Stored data
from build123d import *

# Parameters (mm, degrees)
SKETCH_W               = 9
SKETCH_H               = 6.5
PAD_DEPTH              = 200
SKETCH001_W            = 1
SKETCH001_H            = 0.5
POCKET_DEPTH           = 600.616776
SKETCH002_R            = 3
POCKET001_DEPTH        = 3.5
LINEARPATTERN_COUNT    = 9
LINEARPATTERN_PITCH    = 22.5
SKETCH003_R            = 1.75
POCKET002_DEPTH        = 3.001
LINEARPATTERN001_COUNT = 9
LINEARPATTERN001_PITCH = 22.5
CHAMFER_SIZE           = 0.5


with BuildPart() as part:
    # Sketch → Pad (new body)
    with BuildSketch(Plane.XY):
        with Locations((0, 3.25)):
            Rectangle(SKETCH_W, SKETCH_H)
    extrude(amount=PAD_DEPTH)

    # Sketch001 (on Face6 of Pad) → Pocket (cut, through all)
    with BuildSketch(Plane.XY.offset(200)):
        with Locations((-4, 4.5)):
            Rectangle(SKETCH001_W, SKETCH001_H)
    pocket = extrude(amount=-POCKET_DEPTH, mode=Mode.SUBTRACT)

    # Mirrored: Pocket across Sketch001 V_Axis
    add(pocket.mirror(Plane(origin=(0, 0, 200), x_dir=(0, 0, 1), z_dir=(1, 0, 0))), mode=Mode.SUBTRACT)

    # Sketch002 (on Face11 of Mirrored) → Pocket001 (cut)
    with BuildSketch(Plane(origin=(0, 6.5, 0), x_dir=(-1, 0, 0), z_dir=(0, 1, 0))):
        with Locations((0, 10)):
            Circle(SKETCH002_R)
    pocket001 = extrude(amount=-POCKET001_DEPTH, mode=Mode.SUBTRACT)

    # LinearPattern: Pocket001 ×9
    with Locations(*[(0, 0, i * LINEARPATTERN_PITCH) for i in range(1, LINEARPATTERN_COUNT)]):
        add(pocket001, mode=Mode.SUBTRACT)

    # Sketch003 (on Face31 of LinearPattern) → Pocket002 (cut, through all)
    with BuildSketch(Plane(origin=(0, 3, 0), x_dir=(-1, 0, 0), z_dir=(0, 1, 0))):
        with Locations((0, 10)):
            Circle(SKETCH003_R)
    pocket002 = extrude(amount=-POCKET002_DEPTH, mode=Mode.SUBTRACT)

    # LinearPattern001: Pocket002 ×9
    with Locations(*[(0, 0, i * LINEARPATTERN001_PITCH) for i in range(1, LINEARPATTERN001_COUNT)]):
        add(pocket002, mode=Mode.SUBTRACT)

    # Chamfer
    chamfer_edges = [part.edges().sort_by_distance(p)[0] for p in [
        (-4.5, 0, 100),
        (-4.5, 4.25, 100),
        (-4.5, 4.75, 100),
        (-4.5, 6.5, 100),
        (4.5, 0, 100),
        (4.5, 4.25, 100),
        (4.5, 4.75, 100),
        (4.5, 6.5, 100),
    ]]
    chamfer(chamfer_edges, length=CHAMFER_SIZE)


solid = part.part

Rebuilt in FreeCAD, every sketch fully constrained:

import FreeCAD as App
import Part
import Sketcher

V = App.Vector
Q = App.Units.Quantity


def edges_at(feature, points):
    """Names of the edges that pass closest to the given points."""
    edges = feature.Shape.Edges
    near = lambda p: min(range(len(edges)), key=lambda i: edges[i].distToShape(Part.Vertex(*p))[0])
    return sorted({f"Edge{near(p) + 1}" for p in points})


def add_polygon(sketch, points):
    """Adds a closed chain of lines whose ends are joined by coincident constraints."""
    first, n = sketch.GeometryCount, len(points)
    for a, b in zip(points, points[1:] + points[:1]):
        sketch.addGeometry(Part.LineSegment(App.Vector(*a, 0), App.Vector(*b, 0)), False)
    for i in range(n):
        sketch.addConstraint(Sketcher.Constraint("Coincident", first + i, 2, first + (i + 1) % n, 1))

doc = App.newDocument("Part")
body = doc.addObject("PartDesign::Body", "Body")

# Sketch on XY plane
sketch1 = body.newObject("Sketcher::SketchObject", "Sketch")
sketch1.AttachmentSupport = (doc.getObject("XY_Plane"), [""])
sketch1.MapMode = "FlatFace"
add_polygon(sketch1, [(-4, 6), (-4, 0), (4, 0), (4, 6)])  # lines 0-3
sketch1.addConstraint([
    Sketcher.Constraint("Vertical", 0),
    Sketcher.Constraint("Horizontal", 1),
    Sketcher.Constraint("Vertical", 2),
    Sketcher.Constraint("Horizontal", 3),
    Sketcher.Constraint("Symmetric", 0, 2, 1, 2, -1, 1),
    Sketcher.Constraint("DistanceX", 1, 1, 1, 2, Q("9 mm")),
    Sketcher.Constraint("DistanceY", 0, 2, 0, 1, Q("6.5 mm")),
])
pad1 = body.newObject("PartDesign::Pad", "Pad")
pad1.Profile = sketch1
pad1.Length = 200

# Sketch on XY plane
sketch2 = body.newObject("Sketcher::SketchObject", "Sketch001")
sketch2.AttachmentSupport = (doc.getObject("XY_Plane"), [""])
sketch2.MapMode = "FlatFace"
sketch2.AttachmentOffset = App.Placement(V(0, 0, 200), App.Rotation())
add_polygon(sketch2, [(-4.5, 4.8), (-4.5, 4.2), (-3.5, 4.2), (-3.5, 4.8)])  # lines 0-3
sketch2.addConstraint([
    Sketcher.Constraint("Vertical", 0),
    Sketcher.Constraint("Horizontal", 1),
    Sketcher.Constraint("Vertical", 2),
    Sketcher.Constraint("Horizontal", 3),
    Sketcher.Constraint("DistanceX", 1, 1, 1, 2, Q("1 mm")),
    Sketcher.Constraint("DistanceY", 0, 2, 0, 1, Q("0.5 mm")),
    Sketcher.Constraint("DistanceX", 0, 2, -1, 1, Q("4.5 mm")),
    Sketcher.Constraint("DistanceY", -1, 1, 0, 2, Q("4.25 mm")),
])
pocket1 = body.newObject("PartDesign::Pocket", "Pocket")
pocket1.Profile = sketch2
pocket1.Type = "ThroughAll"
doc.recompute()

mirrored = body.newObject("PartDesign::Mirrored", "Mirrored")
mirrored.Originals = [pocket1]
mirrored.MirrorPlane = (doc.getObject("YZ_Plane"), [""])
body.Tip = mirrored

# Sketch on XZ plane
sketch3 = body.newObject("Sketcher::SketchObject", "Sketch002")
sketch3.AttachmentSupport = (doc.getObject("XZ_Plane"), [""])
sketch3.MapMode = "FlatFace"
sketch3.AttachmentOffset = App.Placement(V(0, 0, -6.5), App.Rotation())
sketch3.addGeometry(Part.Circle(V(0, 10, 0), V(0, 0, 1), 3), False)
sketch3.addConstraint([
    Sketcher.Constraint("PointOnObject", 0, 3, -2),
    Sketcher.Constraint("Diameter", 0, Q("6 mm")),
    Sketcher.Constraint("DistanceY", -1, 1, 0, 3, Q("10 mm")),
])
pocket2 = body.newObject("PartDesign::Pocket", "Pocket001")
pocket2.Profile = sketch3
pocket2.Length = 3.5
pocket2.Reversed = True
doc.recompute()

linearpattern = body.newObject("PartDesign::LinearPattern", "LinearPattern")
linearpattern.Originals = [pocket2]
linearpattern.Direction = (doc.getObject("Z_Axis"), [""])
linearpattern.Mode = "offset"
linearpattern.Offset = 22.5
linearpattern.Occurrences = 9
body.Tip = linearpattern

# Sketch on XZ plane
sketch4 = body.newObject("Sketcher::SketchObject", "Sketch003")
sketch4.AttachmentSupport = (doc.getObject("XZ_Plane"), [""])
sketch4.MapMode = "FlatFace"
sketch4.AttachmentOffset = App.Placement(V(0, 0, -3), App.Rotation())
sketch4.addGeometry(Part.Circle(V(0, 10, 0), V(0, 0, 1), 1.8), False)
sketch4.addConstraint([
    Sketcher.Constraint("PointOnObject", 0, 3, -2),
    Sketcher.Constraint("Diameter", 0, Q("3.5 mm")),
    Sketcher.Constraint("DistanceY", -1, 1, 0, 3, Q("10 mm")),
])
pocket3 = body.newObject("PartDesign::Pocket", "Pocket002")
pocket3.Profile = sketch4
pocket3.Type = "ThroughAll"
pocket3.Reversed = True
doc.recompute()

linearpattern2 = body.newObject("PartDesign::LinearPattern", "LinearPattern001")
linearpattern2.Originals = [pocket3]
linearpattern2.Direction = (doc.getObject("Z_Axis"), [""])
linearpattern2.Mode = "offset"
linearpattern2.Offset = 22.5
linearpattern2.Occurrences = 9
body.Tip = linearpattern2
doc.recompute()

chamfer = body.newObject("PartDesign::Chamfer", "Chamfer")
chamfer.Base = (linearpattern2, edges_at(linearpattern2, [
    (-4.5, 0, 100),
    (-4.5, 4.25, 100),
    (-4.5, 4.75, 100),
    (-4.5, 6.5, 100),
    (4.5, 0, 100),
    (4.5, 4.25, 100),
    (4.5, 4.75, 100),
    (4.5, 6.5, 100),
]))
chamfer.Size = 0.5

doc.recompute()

PROBLEM STATEMENT:
Every line in the records above that contains the word "extrude" is to be copied out.

RESULT FOR THIS TASK:
    extrude(amount=PAD_DEPTH)
    pocket = extrude(amount=-POCKET_DEPTH, mode=Mode.SUBTRACT)
    pocket001 = extrude(amount=-POCKET001_DEPTH, mode=Mode.SUBTRACT)
    pocket002 = extrude(amount=-POCKET002_DEPTH, mode=Mode.SUBTRACT)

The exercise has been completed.